Conseguentemente, ed alla luce di quest’ultimo episodio nefasto, emerge in tutte le sue forme la solitudine nella quale operano i diversi produttori, che da un lato risultano vessati da un mercato, nel quale non viene premiata la valorizzazione delle materie prime o la qualità del prodotto finale, ma al contrario vi è una costante “guerra” al ribasso dei prezzi: una guerra tra poveri. Dall’altro, questi imprenditori sono sotto scacco di un vero e proprio sistema criminale che, come una iena assetata, invade campi ed aziende depredando tutto ciò che rappresenta per questi imprenditori onesti, lo strumento per esercitare il sacrosanto diritto costituzionalmente garantito a svolgere il proprio lavoro.

L’impunità, vero scudo dietro il quale l’inetto criminale si protegge, deve essere spazzata via dalla virtuosa energia della giustizia. L’arroganza di questi veri attentatori dell’altrui libertà, invece, deve essere messa in discussione, da un piano efficace di contrasto, attuato sinergicamente dagli organi competenti, capace di infondere nei cittadini, e quindi negli imprenditori, la certezza di sentirsi finalmente protetti nello svolgimento del proprio lavoro e più in generale nel vivere quotidiano.

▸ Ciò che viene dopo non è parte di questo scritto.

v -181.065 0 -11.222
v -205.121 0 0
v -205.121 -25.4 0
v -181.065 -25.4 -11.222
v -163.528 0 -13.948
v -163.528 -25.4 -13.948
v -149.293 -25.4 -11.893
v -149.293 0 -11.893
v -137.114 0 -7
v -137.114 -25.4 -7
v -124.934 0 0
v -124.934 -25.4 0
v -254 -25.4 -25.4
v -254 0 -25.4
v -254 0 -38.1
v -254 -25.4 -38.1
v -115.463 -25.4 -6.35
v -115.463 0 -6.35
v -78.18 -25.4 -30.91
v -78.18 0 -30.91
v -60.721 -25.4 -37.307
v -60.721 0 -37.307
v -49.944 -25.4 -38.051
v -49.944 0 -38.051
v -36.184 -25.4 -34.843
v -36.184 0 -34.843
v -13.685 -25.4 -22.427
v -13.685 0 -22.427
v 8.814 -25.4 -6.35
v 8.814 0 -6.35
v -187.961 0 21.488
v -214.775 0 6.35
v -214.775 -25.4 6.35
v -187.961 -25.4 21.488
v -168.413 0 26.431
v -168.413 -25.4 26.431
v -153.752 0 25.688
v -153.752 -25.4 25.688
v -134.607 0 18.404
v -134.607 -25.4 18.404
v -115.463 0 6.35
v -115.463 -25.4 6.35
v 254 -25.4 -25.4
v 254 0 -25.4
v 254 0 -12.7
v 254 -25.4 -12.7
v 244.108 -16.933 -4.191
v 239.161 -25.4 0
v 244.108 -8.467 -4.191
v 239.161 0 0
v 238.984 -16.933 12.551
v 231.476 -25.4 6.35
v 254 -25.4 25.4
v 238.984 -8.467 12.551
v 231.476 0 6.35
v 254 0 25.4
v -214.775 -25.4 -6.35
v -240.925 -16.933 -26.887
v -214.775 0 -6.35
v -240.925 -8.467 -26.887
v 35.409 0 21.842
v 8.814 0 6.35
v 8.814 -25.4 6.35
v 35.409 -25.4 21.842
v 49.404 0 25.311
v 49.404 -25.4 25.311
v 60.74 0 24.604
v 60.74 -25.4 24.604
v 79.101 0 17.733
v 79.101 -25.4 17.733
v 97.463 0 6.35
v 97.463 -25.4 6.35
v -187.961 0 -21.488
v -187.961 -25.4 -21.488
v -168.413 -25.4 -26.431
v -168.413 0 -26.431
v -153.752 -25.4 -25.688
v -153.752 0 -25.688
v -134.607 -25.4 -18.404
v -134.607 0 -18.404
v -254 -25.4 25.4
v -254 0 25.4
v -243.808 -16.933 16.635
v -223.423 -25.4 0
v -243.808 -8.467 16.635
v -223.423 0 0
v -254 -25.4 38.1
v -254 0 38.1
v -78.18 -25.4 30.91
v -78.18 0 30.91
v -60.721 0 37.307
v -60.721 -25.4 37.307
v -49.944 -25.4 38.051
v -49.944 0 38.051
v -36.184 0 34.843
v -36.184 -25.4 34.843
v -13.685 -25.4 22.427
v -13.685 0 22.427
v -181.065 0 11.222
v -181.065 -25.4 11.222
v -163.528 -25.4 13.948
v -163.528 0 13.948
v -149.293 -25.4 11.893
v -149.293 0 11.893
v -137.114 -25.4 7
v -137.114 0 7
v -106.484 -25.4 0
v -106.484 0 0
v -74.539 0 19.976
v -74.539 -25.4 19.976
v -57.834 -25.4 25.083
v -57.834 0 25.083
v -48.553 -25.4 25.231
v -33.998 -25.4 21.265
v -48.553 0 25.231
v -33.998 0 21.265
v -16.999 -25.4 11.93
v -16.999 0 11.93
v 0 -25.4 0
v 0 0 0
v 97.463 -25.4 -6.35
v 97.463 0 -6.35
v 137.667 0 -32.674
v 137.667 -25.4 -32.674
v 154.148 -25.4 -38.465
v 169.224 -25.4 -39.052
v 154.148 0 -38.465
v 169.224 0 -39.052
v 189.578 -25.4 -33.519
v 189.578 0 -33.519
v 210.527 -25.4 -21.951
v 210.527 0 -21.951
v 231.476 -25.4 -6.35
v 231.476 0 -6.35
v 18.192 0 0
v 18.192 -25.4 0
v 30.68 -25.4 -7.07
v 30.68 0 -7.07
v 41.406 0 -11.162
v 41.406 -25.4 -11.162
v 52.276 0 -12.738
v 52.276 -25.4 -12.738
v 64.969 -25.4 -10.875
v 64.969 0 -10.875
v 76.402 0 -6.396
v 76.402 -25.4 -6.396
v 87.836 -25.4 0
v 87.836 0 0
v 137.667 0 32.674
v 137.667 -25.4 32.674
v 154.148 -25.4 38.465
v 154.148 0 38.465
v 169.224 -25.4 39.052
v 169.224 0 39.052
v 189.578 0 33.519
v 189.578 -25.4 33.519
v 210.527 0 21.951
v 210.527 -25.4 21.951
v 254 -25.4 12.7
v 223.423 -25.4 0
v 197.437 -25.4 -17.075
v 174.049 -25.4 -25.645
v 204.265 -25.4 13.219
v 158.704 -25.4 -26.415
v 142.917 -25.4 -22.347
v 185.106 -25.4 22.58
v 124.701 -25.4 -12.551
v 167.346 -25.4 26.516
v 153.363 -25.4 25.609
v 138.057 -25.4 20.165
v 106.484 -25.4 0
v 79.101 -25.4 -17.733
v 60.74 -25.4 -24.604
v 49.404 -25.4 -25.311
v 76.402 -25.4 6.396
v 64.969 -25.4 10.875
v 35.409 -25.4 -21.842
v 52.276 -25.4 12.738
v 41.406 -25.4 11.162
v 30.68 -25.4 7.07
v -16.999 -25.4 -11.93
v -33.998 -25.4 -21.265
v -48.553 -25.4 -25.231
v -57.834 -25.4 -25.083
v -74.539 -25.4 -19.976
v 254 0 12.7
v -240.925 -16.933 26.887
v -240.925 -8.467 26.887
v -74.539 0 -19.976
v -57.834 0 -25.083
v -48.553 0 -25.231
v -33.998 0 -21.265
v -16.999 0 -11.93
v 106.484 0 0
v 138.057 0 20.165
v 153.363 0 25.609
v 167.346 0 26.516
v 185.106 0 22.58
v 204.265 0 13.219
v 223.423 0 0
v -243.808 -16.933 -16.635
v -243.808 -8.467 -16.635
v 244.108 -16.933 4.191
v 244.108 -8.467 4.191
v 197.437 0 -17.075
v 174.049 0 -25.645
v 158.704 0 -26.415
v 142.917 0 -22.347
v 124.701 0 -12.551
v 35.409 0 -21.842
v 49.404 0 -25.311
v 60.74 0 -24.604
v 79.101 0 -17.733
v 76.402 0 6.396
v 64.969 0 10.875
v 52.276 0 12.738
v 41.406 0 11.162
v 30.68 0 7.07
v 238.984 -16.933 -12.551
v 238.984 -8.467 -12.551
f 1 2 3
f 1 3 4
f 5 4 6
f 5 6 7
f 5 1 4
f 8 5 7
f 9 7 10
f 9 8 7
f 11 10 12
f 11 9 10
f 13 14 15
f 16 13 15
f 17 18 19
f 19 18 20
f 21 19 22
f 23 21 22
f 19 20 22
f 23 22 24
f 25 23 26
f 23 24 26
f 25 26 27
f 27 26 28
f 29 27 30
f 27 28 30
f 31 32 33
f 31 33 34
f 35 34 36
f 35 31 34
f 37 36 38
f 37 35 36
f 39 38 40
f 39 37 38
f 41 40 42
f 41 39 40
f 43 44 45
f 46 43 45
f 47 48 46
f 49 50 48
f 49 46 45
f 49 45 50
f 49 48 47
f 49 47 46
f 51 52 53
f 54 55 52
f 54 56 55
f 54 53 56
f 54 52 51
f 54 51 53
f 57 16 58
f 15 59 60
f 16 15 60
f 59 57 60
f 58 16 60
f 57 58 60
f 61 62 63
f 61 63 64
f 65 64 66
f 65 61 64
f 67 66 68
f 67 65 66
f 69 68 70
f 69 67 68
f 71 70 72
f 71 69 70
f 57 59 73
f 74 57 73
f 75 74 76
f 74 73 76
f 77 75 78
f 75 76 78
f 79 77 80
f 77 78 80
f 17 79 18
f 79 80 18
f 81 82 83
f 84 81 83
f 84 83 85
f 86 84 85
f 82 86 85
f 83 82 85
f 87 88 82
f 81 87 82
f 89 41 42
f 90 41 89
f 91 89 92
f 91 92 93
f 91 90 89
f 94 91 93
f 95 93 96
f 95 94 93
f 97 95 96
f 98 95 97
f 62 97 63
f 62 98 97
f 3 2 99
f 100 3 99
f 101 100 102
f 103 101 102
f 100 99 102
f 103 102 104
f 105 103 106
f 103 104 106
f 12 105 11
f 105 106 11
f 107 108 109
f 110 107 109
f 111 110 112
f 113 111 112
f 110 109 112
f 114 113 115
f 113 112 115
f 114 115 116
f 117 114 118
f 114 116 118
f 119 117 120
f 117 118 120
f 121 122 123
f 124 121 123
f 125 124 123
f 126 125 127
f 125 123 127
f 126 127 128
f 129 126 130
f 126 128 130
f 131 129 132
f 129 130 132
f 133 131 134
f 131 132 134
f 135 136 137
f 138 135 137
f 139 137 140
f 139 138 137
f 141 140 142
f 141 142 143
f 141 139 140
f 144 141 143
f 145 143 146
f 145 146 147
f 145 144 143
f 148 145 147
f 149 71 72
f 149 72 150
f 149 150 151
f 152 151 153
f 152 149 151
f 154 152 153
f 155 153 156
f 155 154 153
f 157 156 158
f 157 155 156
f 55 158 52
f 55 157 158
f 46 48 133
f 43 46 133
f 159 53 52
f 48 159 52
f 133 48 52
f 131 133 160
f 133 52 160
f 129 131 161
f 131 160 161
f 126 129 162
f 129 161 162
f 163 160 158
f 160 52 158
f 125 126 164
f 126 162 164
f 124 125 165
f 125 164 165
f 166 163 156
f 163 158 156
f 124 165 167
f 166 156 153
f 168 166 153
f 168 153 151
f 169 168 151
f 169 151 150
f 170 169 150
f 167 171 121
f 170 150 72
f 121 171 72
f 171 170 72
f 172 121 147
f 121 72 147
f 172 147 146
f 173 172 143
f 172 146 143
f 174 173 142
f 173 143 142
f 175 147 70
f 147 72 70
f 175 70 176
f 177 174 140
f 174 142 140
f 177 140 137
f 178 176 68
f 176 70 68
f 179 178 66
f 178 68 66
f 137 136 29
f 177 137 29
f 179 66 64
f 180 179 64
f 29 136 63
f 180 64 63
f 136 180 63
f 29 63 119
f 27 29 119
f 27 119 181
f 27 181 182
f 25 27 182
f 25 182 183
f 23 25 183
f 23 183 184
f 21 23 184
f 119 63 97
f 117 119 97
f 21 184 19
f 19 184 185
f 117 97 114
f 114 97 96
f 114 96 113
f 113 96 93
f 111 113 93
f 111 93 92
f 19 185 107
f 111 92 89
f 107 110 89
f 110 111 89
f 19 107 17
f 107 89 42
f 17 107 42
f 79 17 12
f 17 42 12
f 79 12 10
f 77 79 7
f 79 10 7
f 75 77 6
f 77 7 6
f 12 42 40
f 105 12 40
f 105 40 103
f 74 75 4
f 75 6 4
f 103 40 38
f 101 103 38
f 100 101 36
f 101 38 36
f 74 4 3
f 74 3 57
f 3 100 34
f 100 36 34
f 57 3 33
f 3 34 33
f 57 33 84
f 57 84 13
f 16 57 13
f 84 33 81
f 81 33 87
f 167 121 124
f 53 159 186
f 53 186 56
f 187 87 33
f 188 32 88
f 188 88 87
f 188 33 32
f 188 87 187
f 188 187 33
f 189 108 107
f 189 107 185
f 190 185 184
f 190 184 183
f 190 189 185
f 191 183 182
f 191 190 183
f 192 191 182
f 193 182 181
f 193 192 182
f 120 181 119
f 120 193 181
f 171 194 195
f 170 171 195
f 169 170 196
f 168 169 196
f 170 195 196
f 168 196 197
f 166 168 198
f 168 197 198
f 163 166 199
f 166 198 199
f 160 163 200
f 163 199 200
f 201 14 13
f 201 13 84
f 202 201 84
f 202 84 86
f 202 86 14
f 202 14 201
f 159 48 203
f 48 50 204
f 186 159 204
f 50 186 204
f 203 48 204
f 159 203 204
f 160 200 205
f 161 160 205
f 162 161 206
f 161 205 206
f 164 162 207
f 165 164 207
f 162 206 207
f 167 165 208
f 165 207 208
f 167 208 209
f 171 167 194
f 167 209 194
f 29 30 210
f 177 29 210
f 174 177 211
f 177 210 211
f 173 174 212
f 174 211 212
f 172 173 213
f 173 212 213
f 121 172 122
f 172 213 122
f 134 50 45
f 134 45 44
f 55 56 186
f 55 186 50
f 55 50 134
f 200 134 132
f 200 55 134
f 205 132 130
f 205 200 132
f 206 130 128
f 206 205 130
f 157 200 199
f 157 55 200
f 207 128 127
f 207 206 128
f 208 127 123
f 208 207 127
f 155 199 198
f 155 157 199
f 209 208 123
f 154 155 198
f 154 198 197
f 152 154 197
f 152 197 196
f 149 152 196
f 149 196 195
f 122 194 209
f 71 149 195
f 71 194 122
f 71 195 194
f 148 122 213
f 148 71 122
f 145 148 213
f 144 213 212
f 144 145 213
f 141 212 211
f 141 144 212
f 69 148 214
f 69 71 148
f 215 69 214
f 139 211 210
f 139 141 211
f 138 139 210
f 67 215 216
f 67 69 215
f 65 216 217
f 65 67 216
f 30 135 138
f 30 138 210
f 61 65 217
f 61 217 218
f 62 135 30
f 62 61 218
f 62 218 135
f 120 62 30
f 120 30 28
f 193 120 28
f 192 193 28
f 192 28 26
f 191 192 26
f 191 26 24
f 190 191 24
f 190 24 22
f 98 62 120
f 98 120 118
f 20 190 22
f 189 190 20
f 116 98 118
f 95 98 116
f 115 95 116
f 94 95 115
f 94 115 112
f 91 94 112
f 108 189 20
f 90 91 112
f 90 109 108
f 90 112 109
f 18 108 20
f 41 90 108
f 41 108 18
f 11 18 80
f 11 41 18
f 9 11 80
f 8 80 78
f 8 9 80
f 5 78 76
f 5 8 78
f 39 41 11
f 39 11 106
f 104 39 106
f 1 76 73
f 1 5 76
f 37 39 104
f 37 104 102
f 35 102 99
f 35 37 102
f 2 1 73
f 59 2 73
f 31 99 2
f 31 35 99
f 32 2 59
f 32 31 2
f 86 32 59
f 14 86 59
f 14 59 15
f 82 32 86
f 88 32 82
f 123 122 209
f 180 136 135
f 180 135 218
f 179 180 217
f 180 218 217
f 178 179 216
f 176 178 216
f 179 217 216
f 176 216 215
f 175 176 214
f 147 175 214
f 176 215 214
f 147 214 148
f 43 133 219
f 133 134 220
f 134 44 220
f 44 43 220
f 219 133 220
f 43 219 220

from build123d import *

# Parameters (mm, degrees)
F1_DEPTH = 25.4


with BuildPart() as f1:
    # F0 (on Front) → F1 (new body)
    with BuildSketch(Plane.XZ):
        with BuildLine():
            add(Edge.make_bspline(
                [(-214.7751562029, -6.35), (-211.5570208021, -4.093973735), (-208.3388854013, -1.9667404666), (-205.1207500005, 0)],
                knots=[0.0772142594, 0.0772142594, 0.0772142594, 0.0772142594, 0.0962189961, 0.0962189961, 0.0962189961, 0.0962189961], degree=3))
            add(Edge.make_bspline(
                [(-214.7751562029, -6.35), (-193.9834374686, -20.9257271579), (-160.8792672429, -35.5732524158), (-127.7750970172, -14.9202237117), (-115.4626455258, -6.35)],
                knots=[0.0772142594, 0.0772142594, 0.0772142594, 0.0772142594, 0.2, 0.2727113277, 0.2727113277, 0.2727113277, 0.2727113277], degree=3))
            add(Edge.make_bspline(
                [(-124.933999452, 0), (-121.7768814766, -2.0133370092), (-118.6197635012, -4.1524516602), (-115.4626455258, -6.35)],
                knots=[0.2540669302, 0.2540669302, 0.2540669302, 0.2540669302, 0.2727113277, 0.2727113277, 0.2727113277, 0.2727113277], degree=3))
            add(Edge.make_bspline(
                [(-205.1207500005, 0), (-187.547166667, -10.7399699454), (-160.8182498175, -19.7958733422), (-134.089332968, -5.8384805203), (-124.933999452, 0)],
                knots=[0.0962189961, 0.0962189961, 0.0962189961, 0.0962189961, 0.2, 0.2540669302, 0.2540669302, 0.2540669302, 0.2540669302], degree=3))
        make_face()
        with BuildLine():
            add(Edge.make_bspline(
                [(-214.7751562029, 6.35), (-193.9834374686, 20.9257271579), (-160.8792672429, 35.5732524158), (-127.7750970172, 14.9202237117), (-115.4626455258, 6.35)],
                knots=[0.0772142594, 0.0772142594, 0.0772142594, 0.0772142594, 0.2, 0.2727113277, 0.2727113277, 0.2727113277, 0.2727113277], degree=3))
            add(Edge.make_bspline(
                [(-214.7751562029, 6.35), (-211.5570208021, 4.093973735), (-208.3388854013, 1.9667404666), (-205.1207500005, 0)],
                knots=[0.0772142594, 0.0772142594, 0.0772142594, 0.0772142594, 0.0962189961, 0.0962189961, 0.0962189961, 0.0962189961], degree=3))
            add(Edge.make_bspline(
                [(-205.1207500005, 0), (-187.547166667, 10.7399699454), (-160.8182498175, 19.7958733422), (-134.089332968, 5.8384805203), (-124.933999452, 0)],
                knots=[0.0962189961, 0.0962189961, 0.0962189961, 0.0962189961, 0.2, 0.2540669302, 0.2540669302, 0.2540669302, 0.2540669302], degree=3))
            add(Edge.make_bspline(
                [(-124.933999452, 0), (-121.7768814766, 2.0133370092), (-118.6197635012, 4.1524516602), (-115.4626455258, 6.35)],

La solitudine che, troppo spesso, invade la quotidianità di questi onesti lavoratori deve lasciare il posto al calore genuino proveniente da una collettività che sceglie di non rimanere indifferente, ma di schierarsi al fianco di chi subisce colpi mortali nel buio della notte: la Condotta Slow Food Castel del Monte ha già scelto da che parte stare.